Stored data entries
==*==

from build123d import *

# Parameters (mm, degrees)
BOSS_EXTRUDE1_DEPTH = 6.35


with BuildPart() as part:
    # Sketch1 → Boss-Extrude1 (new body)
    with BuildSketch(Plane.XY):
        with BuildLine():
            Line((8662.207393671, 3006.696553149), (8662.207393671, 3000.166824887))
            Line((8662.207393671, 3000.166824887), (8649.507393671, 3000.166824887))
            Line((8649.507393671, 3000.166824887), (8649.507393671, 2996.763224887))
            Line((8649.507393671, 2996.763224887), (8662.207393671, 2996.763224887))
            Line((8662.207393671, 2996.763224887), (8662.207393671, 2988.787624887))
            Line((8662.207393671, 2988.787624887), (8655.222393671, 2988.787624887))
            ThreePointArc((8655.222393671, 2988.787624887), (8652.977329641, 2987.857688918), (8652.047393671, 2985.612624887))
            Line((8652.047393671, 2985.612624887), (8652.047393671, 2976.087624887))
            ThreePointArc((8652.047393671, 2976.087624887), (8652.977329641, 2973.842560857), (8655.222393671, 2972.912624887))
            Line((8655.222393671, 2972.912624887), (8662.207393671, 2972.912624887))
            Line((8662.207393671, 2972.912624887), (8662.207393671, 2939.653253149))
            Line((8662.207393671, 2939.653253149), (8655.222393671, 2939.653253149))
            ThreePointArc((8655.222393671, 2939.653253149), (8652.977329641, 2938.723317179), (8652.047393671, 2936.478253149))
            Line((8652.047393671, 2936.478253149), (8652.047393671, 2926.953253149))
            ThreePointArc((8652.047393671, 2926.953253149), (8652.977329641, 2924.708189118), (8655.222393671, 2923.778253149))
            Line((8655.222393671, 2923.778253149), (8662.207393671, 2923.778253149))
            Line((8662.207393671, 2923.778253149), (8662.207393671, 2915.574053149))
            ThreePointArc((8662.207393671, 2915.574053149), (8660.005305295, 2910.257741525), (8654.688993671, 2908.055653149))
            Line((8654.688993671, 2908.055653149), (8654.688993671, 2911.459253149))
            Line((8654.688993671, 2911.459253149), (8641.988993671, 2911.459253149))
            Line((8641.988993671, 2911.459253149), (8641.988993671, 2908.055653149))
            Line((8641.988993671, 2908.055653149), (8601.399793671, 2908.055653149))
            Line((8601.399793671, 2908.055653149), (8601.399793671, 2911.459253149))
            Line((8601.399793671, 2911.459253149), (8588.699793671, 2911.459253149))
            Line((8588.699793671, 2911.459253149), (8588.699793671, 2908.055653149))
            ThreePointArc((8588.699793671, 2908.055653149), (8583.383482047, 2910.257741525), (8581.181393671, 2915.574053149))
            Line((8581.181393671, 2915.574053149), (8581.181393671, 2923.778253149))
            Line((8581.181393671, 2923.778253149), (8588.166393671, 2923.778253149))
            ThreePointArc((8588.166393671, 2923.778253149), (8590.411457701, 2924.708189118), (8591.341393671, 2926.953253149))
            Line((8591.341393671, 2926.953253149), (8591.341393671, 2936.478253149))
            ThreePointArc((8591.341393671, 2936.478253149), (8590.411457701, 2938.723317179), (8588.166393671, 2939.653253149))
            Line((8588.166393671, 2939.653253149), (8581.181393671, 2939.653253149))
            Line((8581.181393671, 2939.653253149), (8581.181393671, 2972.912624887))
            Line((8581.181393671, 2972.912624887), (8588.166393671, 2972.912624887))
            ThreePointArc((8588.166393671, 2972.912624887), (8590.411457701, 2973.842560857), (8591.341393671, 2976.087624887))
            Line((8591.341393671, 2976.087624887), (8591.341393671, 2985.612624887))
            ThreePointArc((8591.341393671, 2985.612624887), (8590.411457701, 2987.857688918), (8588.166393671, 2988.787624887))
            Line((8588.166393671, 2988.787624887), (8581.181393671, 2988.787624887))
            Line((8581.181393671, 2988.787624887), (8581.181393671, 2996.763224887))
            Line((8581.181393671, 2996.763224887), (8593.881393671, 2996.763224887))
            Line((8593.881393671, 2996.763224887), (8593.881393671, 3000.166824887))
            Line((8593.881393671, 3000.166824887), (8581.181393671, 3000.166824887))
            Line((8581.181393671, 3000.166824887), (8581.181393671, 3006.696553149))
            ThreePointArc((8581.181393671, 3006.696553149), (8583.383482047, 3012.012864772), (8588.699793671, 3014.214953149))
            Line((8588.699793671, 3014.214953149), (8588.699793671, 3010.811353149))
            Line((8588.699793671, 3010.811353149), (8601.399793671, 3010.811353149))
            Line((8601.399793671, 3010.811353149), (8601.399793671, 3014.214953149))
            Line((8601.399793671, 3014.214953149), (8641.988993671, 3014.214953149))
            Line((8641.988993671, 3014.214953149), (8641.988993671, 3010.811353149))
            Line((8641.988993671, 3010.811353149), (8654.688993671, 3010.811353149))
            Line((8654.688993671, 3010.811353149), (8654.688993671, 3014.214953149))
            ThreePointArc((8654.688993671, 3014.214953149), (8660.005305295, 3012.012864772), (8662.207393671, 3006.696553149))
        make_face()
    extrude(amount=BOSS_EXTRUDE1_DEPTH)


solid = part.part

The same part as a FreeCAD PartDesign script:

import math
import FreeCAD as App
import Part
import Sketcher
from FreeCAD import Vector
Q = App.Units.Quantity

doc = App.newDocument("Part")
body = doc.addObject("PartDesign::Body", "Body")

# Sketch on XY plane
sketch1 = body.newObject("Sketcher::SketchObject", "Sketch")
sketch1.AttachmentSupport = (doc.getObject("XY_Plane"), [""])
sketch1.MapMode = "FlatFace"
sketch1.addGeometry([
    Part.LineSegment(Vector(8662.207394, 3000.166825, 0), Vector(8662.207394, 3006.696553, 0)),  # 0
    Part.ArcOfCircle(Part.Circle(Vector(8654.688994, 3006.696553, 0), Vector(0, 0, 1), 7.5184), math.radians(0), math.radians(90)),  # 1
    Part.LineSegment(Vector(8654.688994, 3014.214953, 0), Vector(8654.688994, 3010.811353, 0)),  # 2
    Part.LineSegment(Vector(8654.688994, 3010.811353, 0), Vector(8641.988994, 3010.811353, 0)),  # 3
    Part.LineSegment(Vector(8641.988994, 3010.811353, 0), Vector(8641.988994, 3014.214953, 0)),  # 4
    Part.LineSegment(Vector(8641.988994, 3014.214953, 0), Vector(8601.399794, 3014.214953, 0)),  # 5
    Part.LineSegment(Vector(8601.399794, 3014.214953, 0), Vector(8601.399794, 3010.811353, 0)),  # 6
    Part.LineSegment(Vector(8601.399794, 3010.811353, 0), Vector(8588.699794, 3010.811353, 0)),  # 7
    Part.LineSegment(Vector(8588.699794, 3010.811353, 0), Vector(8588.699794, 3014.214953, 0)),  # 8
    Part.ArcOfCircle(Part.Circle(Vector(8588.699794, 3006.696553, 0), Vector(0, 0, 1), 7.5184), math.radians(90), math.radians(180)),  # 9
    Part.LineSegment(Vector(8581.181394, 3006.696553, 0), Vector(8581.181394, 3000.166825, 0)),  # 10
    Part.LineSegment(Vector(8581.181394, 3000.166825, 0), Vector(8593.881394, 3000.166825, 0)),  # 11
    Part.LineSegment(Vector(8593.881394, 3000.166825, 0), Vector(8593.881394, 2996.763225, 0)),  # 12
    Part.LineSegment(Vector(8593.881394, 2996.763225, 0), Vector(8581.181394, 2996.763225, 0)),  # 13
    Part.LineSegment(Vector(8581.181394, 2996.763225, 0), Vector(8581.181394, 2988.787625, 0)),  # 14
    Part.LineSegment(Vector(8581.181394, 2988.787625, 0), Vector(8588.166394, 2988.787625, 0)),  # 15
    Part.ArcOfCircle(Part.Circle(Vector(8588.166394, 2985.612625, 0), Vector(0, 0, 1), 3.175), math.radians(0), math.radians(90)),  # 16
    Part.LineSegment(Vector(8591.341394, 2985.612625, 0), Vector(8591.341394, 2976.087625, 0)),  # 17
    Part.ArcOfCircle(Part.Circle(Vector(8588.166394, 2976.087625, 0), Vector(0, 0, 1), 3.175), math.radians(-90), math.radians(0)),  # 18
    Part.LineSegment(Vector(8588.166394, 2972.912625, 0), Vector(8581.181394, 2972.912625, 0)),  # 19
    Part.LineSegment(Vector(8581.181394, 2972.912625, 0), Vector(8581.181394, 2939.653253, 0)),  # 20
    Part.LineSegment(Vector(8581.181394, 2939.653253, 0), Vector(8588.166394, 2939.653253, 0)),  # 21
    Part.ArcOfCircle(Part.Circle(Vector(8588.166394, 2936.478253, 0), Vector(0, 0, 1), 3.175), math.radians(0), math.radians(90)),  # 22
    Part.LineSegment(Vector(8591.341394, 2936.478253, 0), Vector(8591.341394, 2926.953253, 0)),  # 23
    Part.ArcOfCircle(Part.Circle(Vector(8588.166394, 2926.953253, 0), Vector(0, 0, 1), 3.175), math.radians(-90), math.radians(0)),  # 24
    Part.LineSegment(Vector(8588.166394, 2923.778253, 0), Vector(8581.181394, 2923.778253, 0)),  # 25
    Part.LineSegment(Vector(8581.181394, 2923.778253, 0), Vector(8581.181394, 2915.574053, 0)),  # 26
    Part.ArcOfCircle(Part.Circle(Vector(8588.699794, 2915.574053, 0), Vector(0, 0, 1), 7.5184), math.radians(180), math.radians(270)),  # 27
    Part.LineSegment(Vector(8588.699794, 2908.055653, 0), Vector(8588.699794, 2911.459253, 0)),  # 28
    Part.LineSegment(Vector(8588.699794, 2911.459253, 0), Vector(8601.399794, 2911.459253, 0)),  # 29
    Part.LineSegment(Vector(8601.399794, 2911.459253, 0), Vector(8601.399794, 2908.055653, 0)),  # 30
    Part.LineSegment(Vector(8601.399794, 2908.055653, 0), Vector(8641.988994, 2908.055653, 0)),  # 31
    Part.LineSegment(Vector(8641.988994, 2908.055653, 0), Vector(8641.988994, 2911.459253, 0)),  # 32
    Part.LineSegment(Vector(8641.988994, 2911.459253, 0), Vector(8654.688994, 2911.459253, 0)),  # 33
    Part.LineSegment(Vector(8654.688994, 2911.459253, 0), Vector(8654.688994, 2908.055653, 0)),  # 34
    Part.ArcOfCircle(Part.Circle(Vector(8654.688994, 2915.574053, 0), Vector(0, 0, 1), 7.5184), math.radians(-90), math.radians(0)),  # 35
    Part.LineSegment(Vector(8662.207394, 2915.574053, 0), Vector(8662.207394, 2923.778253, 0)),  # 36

==*==

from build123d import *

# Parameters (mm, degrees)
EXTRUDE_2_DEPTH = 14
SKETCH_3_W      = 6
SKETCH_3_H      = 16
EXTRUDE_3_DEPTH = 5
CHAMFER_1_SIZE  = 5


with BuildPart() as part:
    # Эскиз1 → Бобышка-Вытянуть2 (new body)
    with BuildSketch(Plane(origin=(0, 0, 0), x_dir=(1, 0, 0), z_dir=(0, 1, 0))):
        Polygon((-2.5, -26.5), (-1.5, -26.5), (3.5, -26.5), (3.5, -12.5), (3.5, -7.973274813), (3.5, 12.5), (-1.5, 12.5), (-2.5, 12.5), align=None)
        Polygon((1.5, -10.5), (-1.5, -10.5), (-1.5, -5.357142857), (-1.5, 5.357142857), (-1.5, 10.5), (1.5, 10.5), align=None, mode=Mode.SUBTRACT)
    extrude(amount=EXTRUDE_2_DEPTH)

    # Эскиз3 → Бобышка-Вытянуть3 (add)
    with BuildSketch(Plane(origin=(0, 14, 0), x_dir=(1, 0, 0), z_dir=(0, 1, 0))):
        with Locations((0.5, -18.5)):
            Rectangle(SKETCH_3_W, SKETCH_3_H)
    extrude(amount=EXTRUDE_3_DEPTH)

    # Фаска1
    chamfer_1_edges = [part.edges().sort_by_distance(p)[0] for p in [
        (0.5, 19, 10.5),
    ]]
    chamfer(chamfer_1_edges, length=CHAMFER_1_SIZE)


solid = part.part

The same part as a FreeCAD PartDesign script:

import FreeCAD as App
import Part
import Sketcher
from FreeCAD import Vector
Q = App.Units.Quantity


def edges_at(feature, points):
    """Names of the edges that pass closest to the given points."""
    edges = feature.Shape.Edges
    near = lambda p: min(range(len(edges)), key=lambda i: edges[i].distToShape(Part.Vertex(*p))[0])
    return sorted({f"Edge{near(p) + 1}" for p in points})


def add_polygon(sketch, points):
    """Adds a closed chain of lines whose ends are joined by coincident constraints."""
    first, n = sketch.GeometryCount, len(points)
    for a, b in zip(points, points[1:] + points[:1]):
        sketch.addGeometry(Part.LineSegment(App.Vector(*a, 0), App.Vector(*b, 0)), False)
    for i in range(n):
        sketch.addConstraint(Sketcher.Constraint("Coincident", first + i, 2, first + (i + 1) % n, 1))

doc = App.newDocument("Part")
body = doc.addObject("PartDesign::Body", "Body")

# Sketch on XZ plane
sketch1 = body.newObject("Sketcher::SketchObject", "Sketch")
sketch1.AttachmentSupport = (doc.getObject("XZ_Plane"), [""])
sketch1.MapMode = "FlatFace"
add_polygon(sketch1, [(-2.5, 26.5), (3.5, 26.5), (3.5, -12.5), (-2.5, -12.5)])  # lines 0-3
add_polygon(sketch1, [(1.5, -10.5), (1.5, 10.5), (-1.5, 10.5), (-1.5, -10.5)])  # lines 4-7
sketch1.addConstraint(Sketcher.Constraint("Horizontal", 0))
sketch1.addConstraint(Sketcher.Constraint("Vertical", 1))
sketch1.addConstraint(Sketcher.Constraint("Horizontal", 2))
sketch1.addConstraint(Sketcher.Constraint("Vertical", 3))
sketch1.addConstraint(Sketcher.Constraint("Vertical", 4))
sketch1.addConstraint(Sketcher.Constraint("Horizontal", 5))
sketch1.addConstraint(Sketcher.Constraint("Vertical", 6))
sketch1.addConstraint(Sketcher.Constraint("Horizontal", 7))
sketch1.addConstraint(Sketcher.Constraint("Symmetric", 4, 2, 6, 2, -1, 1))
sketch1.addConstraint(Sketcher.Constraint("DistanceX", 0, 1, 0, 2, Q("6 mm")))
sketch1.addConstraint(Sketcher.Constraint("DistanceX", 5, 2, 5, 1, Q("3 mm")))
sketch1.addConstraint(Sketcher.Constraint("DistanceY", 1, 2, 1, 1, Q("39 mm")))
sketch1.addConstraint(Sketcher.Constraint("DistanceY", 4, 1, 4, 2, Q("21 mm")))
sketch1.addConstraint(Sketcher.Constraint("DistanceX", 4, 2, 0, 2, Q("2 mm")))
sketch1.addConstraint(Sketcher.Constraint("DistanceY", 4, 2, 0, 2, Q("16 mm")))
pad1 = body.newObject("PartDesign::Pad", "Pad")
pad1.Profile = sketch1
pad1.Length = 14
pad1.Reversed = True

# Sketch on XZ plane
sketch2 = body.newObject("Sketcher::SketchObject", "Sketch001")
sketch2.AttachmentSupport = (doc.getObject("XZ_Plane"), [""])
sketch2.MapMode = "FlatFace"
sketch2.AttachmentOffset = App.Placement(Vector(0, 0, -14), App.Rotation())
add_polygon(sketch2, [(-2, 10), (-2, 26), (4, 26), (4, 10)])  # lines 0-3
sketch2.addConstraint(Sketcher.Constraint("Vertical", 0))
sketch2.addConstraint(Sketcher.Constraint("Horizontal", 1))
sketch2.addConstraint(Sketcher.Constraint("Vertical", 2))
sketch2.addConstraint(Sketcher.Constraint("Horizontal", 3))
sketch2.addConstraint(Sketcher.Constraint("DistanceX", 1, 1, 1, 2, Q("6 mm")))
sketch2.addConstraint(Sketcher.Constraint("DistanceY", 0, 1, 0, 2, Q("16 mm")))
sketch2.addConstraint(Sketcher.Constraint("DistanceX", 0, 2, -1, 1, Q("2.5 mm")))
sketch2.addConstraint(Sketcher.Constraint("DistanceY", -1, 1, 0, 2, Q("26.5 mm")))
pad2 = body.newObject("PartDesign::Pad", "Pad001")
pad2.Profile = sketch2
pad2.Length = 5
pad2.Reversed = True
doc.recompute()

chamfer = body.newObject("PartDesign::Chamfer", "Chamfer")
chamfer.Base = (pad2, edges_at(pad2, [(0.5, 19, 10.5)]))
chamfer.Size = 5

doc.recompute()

==*==

WHAT THE TASK ASKS
Within the data above, the span starting at the line containing "2939.653253149), (8581.181393671, 2972.912624887))" and ending at the line containing "3000.166824887), (8581.181393671, 3006.696553149))" is to be retyped exactly, with no other lines.

WRITTEN RESPONSE
            Line((8581.181393671, 2939.653253149), (8581.181393671, 2972.912624887))
            Line((8581.181393671, 2972.912624887), (8588.166393671, 2972.912624887))
            ThreePointArc((8588.166393671, 2972.912624887), (8590.411457701, 2973.842560857), (8591.341393671, 2976.087624887))
            Line((8591.341393671, 2976.087624887), (8591.341393671, 2985.612624887))
            ThreePointArc((8591.341393671, 2985.612624887), (8590.411457701, 2987.857688918), (8588.166393671, 2988.787624887))
            Line((8588.166393671, 2988.787624887), (8581.181393671, 2988.787624887))
            Line((8581.181393671, 2988.787624887), (8581.181393671, 2996.763224887))
            Line((8581.181393671, 2996.763224887), (8593.881393671, 2996.763224887))
            Line((8593.881393671, 2996.763224887), (8593.881393671, 3000.166824887))
            Line((8593.881393671, 3000.166824887), (8581.181393671, 3000.166824887))
            Line((8581.181393671, 3000.166824887), (8581.181393671, 3006.696553149))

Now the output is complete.